But this is not a routine meeting. Trust among global powers is at a low, and the world is grappling with compounding crises, most immediately with the fallout from Russia’s assault on Ukraine that has been particularly punishing for the emerging world, with rising fuel and food prices, and the menace of broader instability.

Moscow is threatening to torpedo a deal allowing grain exports to flow. It’s the disaster Jokowi supposedly sought to fix with his travels back in June.

Ukrainian President Volodymyr Zelenskyy and his Indonesian counterpart Joko Widodo during their talks in Kyiv on Jun 29, 2022. (Photo: AFP/STR, Ukrainian Presidential Press Service handout)

INDONESIA AT THE "PINNACLE OF GLOBAL LEADERSHIP"

It’s also happening at what may be a turning point for the war, as losses of men and material pile up for Russia, while China and India - who initially embraced what might be called pro-Russian neutrality - begin to signal displeasure.

The pressure is having an impact on Russian President Vladimir Putin, now struggling to find a way out of this debacle of his own creation. (Moscow has announced votes in occupied territories and a partial mobilisation.) Indonesia too has clout, as Russia needs large, populous, fuel-importing economies to avoid isolation.

Nor is it a run-of-the-mill year for Jokowi himself, nearer the end than the beginning of his time in office, and thinking about his legacy.

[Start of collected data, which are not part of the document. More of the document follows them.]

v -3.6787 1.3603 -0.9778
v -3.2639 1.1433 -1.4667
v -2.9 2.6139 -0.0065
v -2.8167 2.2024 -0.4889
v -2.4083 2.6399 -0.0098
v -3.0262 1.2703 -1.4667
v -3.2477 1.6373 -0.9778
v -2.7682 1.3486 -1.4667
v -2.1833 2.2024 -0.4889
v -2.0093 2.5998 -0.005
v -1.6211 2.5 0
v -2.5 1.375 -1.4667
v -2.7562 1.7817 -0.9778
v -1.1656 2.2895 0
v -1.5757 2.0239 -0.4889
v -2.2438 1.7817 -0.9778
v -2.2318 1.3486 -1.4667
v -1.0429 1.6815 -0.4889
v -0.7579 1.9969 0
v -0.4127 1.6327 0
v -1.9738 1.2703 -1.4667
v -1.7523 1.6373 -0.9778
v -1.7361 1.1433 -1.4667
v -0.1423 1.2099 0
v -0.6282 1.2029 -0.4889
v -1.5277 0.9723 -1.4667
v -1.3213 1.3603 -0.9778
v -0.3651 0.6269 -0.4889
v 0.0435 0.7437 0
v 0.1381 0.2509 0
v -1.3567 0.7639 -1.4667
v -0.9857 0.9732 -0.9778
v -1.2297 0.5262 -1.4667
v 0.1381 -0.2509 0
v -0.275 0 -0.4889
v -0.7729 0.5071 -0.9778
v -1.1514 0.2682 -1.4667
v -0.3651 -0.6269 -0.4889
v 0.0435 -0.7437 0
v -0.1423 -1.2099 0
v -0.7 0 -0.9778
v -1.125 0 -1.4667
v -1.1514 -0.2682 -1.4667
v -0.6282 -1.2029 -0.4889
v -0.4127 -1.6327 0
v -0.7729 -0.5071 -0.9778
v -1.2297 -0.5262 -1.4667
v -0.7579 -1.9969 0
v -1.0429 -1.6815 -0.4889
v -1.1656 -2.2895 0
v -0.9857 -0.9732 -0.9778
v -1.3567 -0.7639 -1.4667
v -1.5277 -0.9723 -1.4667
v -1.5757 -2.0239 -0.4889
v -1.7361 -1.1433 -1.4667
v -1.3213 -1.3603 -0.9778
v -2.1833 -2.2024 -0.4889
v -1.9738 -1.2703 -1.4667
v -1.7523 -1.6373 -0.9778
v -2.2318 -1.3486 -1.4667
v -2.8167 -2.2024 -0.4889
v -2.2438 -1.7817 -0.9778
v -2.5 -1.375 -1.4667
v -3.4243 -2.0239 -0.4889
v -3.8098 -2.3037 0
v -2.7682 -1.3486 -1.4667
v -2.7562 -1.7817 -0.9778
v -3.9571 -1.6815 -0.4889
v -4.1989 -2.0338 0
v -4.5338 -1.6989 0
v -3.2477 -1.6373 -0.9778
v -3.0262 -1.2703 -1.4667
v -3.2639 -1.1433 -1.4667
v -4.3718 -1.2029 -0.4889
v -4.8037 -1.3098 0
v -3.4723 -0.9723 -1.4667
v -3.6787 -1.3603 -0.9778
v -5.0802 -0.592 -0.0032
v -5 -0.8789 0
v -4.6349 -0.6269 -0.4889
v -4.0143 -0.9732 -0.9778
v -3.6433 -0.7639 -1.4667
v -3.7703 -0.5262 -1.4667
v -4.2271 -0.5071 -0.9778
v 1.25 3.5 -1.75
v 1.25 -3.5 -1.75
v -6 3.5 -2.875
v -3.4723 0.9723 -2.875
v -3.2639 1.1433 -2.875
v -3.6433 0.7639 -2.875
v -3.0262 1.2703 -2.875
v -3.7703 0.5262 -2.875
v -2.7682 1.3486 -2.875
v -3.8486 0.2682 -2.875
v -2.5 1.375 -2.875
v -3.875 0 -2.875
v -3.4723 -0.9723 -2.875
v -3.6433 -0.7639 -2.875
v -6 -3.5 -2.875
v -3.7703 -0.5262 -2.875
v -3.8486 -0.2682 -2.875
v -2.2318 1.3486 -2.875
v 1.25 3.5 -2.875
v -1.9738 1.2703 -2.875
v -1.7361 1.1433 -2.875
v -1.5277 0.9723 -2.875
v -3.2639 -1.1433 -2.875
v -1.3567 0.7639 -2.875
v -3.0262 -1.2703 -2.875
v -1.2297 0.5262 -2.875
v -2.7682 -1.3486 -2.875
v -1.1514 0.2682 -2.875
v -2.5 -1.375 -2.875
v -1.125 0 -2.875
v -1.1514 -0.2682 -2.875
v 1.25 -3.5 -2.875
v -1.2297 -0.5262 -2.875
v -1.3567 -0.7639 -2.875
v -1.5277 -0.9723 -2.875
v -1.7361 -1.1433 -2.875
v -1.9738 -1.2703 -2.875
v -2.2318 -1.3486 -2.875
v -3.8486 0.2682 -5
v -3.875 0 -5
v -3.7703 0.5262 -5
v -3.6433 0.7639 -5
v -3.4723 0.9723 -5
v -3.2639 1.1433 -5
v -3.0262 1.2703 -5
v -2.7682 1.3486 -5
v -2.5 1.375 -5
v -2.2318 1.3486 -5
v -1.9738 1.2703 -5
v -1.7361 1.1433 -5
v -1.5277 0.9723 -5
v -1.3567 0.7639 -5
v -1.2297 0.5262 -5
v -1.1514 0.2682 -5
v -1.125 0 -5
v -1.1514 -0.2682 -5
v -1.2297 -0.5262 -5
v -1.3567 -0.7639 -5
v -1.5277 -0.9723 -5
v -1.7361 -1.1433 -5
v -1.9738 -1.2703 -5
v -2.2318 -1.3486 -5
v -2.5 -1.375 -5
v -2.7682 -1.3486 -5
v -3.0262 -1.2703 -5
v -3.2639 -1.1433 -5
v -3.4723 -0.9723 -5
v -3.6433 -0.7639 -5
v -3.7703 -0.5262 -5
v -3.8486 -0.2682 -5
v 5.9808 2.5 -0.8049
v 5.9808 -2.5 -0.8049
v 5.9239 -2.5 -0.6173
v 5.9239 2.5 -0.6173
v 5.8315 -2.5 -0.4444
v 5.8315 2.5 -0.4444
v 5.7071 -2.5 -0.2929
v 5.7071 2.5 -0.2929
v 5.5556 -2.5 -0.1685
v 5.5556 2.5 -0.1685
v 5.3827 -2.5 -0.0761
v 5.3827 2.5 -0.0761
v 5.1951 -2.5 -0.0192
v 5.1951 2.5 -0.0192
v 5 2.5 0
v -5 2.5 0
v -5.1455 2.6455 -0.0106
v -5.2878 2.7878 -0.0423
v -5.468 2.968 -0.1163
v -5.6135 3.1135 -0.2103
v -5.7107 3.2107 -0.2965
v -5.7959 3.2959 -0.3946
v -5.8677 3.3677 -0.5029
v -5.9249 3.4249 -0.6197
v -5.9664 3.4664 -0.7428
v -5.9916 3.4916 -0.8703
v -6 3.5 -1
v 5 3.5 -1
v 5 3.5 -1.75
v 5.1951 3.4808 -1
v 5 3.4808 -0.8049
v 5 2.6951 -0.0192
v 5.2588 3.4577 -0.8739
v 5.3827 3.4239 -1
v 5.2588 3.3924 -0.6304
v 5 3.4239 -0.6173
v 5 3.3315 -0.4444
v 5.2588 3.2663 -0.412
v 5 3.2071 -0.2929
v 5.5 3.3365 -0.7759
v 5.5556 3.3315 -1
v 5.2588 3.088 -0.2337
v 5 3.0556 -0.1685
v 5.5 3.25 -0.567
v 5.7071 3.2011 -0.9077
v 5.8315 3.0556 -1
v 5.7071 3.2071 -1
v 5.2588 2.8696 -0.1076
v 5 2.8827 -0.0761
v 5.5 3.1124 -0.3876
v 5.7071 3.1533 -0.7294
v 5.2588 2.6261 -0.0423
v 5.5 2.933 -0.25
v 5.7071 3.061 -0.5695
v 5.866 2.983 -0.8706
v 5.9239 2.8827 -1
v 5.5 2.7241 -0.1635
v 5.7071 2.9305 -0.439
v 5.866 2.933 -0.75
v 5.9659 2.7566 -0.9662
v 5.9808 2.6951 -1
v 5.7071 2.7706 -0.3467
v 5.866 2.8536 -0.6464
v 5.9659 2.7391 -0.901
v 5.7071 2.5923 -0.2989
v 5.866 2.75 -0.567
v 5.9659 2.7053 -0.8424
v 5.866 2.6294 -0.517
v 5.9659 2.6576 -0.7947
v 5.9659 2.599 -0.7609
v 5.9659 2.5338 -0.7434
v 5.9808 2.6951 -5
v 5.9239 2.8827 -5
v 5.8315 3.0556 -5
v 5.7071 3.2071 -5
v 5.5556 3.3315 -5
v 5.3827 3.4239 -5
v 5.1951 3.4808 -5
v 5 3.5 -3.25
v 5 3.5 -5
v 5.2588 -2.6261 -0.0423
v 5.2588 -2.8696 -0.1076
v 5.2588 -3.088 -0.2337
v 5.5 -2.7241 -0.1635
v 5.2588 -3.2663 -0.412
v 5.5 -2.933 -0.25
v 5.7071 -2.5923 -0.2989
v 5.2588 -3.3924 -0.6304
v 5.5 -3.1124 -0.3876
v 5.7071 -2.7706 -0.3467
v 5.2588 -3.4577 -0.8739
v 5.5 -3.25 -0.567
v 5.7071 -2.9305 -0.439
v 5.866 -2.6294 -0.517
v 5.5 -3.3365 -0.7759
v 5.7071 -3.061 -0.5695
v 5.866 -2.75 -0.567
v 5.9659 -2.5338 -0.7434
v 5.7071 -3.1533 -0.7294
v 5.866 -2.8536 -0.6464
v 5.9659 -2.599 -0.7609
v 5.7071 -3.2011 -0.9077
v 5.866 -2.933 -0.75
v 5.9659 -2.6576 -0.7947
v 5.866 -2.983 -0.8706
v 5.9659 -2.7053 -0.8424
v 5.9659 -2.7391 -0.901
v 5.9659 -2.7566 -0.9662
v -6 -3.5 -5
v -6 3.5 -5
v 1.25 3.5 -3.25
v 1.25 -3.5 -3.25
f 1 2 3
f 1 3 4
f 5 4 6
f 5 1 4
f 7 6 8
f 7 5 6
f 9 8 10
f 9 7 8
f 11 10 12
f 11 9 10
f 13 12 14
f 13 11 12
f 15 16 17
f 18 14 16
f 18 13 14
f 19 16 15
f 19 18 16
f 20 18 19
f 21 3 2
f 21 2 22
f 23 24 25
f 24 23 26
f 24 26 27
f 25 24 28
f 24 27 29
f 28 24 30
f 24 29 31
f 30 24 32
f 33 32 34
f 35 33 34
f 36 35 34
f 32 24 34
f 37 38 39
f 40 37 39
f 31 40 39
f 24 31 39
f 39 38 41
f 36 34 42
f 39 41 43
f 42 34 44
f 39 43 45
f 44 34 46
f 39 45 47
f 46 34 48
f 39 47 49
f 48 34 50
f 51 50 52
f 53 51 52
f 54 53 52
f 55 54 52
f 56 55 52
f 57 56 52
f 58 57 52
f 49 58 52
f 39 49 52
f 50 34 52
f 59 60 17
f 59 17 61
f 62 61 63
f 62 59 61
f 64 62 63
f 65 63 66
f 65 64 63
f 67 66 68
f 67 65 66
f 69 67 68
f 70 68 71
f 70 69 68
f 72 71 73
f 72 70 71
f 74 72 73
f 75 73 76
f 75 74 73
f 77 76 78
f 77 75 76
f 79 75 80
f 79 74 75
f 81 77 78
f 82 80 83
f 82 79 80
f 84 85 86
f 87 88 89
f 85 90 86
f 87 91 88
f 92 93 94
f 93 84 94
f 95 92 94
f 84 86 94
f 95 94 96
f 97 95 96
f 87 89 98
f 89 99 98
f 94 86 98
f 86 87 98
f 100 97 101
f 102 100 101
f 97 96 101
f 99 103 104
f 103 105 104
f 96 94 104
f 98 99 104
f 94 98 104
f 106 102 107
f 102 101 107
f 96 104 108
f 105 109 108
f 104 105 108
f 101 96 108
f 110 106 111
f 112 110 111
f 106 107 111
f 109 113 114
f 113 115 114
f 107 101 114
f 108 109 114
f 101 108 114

He holds the presidency of the G20 and will host world leaders - including, supposedly, Putin and his Ukrainian counterpart Volodymyr Zelenskyy - for the year’s banner get-together in Bali, before taking the chairmanship of the Association of Southeast Asian Nations next year. Indonesia is, as Jokowi put it last month, at the “pinnacle of global leadership".

JOKOWI'S DISTASTE FOR GEOPOLITICAL THEATRE

So why isn’t the Indonesian leader in New York?

Jokowi’s distaste for geopolitical theatre is well-known, especially compared with his predecessor, Susilo Bambang Yudhoyono, and while his personal appeal has opened doors overseas, he has tended to focus on investment benefits. 

In analyst and former journalist Ben Bland’s book on the Indonesian leader, a Jakarta official puts it well: “Jokowi’s view would be, why do I have to go to the United Nations, there’s no money there and in fact we have to pay them.” An inward-looking approach not so unusual, as Bland, now at Chatham House in London, points out, in the context of Southeast Asia today.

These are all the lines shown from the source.